[Recorded information — start]

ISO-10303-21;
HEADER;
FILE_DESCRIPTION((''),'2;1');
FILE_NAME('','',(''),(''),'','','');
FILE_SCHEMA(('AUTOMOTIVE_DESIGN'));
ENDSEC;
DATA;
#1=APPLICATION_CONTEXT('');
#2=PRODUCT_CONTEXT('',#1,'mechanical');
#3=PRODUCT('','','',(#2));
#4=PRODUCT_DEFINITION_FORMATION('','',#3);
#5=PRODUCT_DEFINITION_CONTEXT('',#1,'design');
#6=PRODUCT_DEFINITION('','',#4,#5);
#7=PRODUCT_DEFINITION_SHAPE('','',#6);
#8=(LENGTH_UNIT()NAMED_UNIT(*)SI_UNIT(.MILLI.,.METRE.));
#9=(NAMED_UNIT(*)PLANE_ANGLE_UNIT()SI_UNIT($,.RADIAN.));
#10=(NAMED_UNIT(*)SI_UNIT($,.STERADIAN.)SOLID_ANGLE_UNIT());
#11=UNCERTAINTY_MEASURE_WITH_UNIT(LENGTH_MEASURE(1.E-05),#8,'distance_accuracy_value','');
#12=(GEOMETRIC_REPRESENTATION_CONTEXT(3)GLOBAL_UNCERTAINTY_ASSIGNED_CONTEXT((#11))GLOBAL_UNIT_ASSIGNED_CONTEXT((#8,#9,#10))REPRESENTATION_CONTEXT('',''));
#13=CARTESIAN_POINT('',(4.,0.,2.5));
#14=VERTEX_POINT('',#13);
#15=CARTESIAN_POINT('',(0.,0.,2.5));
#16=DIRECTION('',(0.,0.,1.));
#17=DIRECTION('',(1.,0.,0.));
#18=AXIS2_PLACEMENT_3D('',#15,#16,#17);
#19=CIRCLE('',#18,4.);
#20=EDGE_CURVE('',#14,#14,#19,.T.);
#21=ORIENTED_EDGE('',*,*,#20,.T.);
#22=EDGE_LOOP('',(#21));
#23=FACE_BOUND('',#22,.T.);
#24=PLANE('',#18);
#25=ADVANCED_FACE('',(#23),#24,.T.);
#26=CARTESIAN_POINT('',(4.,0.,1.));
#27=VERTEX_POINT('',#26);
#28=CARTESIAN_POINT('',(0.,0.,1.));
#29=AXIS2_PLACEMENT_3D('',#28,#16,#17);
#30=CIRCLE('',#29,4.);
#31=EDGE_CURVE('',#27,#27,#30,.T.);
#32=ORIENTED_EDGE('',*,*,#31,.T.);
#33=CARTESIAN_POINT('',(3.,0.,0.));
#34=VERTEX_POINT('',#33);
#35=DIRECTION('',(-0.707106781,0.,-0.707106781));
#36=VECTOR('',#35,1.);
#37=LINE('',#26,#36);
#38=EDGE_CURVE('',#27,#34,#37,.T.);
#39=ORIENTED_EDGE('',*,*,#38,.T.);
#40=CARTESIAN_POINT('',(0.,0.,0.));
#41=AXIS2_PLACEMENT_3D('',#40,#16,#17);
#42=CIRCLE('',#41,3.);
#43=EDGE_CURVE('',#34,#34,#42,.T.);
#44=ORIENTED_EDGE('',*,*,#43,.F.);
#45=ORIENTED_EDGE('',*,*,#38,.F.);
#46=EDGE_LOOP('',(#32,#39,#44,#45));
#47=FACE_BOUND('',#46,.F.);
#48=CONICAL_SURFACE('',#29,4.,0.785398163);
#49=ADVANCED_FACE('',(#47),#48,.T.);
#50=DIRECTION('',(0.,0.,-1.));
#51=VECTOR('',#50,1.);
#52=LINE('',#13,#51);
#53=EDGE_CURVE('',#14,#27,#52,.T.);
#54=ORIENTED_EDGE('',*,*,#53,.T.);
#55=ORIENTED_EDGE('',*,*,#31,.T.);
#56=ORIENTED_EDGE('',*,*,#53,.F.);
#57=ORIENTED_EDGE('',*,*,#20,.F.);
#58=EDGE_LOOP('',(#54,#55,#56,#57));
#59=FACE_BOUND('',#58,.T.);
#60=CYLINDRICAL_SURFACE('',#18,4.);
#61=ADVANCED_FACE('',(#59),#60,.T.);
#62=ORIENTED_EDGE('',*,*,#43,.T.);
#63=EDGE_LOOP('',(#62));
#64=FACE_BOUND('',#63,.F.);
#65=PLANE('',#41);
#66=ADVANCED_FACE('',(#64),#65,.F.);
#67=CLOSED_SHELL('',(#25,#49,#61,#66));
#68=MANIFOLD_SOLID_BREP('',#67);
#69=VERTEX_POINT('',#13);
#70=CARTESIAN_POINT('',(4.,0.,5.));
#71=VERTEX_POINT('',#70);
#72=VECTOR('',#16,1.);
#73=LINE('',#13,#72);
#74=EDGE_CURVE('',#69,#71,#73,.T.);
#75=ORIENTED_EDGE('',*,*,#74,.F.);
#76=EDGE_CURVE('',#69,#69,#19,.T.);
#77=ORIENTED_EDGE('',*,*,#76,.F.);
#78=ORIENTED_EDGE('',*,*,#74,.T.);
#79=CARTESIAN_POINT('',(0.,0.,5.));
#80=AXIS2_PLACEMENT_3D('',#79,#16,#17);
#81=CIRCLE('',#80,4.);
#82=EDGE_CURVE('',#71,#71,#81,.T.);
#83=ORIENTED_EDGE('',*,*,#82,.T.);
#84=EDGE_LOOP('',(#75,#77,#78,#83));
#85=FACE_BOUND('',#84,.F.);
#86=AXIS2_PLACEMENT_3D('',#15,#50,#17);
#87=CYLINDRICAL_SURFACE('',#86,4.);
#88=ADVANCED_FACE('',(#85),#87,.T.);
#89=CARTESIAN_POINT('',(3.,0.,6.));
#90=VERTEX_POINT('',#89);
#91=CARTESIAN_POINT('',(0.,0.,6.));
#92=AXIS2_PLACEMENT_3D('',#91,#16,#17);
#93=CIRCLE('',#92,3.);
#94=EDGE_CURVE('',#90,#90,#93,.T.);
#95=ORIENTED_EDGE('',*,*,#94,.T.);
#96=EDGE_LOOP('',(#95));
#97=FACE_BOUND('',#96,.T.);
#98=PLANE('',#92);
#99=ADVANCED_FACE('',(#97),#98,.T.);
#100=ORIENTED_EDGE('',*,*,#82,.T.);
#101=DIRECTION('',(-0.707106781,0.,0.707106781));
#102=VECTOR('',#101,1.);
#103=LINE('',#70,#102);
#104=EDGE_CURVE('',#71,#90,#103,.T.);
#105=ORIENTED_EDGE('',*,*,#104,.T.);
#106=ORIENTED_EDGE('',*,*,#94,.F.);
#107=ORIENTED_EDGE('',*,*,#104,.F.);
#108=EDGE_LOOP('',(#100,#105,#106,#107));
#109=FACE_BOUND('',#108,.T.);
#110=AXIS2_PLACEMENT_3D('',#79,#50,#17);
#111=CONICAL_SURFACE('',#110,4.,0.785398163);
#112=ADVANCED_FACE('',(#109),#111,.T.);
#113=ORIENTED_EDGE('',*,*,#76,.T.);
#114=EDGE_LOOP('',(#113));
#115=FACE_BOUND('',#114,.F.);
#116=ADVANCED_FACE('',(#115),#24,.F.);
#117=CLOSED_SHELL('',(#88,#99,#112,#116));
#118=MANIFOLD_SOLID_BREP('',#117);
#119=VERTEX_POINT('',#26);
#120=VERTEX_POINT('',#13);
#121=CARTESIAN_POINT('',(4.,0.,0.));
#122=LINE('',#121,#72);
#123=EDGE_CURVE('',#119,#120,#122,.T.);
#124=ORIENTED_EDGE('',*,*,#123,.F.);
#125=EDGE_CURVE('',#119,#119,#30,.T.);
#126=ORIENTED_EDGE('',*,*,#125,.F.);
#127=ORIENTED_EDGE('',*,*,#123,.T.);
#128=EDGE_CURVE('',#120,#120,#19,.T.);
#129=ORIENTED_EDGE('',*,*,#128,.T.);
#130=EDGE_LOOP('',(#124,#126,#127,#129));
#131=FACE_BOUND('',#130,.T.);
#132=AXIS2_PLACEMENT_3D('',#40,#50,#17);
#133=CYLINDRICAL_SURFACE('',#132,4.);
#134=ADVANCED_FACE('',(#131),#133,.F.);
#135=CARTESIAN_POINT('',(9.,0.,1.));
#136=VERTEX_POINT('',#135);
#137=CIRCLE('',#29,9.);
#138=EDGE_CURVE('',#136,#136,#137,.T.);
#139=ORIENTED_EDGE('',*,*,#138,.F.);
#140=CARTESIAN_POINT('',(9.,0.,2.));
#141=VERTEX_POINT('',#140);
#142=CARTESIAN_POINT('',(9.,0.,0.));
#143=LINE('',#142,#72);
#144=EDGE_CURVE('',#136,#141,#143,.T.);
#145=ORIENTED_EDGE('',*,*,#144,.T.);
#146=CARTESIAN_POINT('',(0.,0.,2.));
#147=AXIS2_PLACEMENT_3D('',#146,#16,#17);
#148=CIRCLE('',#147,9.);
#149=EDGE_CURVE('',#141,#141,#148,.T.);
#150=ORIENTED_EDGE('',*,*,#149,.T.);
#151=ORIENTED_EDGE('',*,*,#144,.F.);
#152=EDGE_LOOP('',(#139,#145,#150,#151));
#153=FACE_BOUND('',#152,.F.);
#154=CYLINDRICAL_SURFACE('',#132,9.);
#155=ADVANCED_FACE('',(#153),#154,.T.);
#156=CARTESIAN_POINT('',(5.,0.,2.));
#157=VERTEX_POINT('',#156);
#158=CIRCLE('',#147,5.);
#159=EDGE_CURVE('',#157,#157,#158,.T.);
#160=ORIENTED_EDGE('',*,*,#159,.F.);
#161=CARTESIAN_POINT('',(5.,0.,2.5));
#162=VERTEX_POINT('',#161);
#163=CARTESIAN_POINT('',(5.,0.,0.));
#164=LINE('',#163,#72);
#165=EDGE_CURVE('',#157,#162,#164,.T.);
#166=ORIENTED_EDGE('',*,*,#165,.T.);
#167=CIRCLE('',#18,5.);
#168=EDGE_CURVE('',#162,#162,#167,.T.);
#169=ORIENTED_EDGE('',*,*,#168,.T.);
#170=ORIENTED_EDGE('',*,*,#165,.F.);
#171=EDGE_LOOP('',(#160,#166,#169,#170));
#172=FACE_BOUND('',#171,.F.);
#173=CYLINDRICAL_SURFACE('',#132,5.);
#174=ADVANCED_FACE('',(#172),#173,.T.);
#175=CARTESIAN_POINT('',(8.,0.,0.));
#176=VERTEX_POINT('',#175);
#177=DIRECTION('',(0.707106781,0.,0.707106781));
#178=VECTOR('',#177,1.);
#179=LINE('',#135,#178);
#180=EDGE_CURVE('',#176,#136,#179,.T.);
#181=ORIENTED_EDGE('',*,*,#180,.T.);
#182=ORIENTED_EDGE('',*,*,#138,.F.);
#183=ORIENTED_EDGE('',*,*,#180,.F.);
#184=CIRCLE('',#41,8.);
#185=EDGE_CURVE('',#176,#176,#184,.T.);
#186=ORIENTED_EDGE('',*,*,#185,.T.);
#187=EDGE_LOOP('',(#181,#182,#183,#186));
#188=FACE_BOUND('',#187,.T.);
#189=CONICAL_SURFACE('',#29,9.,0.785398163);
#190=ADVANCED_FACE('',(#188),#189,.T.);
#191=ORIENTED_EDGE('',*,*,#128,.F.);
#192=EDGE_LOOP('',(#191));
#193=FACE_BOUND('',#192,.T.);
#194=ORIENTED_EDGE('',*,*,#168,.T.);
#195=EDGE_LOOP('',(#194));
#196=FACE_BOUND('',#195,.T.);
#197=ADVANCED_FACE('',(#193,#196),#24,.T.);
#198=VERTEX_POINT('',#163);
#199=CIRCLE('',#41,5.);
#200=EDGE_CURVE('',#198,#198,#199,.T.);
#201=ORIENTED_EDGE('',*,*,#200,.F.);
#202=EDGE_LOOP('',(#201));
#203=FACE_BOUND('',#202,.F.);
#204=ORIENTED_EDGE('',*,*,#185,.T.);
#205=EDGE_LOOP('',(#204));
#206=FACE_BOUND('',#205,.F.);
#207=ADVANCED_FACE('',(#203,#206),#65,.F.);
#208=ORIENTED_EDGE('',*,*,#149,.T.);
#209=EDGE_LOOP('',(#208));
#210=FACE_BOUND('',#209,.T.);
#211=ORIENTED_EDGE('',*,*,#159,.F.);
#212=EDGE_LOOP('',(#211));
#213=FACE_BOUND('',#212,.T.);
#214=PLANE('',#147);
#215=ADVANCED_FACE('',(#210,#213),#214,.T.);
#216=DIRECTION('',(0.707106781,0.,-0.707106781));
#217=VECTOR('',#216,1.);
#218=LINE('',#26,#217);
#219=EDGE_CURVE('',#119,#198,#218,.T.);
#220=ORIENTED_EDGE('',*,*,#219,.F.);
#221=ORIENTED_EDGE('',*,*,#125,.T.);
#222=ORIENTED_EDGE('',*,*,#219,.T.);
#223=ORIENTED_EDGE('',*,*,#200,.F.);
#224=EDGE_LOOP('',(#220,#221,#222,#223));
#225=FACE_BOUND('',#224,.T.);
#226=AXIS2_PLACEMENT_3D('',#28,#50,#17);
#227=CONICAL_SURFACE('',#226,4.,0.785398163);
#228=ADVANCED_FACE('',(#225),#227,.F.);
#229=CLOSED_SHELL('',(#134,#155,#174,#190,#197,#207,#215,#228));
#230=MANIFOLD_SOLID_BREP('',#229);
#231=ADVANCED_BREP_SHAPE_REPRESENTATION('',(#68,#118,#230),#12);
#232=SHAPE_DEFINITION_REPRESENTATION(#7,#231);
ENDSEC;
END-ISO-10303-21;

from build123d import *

# Parameters (mm, degrees)
F0_R      = 9
F0_R_2    = 5
F1_DEPTH  = 2
F0_R_3    = 4
F2_DEPTH  = 2.5
F3_R      = 4
F4_DEPTH  = 3.5
F5_DEPTH  = 2.5
F6_SIZE   = 1
F7_SIZE   = 1
F7_2_SIZE = 1
F7_3_SIZE = 1


with BuildPart() as f1:
    # F0 (on Top) → F1 (new body)
    with BuildSketch(Plane.XY):
        Circle(F0_R)
        Circle(F0_R_2, mode=Mode.SUBTRACT)
    extrude(amount=F1_DEPTH)

    # F0 (on Top) → F2 (join)
    with BuildSketch(Plane.XY):
        Circle(F0_R_2)
        Circle(F0_R_3, mode=Mode.SUBTRACT)
    extrude(amount=F2_DEPTH)

    # F6
    f6_edges = [f1.edges().sort_by_distance(p)[0] for p in [
        (-4, 0, 0),
    ]]
    chamfer(f6_edges, length=F6_SIZE)

    # F7#2
    f7_2_edges = [f1.edges().sort_by_distance(p)[0] for p in [
        (-9, 0, 0),
    ]]
    chamfer(f7_2_edges, length=F7_2_SIZE)


with BuildPart() as f4:
    # F3 (on face) → F4 (new body)
    with BuildSketch(Plane.XY.offset(2.5)):
        Circle(F3_R)
    extrude(amount=F4_DEPTH)

    # F7#3
    f7_3_edges = [f4.edges().sort_by_distance(p)[0] for p in [
        (-4, 0, 6),
    ]]
    chamfer(f7_3_edges, length=F7_3_SIZE)


with BuildPart() as f5:
    # F3 (on face) → F5 (new body)
    with BuildSketch(Plane.XY.offset(2.5)):
        Circle(F3_R)
    extrude(amount=-F5_DEPTH)

    # F7
    f7_edges = [f5.edges().sort_by_distance(p)[0] for p in [
        (-4, 0, 0),
    ]]
    chamfer(f7_edges, length=F7_SIZE)


solid = Compound([f1.part, f4.part, f5.part])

[Recorded information — finish]

Aim of the task:
Where the line holding "#21=ORIENTED_EDGE('',*,*,#20,.T.);" appears in the listing above, start reproducing exactly, and end with the line holding "#43=EDGE_CURVE('',#34,#34,#42,.T.);".

Exercise answer:
#21=ORIENTED_EDGE('',*,*,#20,.T.);
#22=EDGE_LOOP('',(#21));
#23=FACE_BOUND('',#22,.T.);
#24=PLANE('',#18);
#25=ADVANCED_FACE('',(#23),#24,.T.);
#26=CARTESIAN_POINT('',(4.,0.,1.));
#27=VERTEX_POINT('',#26);
#28=CARTESIAN_POINT('',(0.,0.,1.));
#29=AXIS2_PLACEMENT_3D('',#28,#16,#17);
#30=CIRCLE('',#29,4.);
#31=EDGE_CURVE('',#27,#27,#30,.T.);
#32=ORIENTED_EDGE('',*,*,#31,.T.);
#33=CARTESIAN_POINT('',(3.,0.,0.));
#34=VERTEX_POINT('',#33);
#35=DIRECTION('',(-0.707106781,0.,-0.707106781));
#36=VECTOR('',#35,1.);
#37=LINE('',#26,#36);
#38=EDGE_CURVE('',#27,#34,#37,.T.);
#39=ORIENTED_EDGE('',*,*,#38,.T.);
#40=CARTESIAN_POINT('',(0.,0.,0.));
#41=AXIS2_PLACEMENT_3D('',#40,#16,#17);
#42=CIRCLE('',#41,3.);
#43=EDGE_CURVE('',#34,#34,#42,.T.);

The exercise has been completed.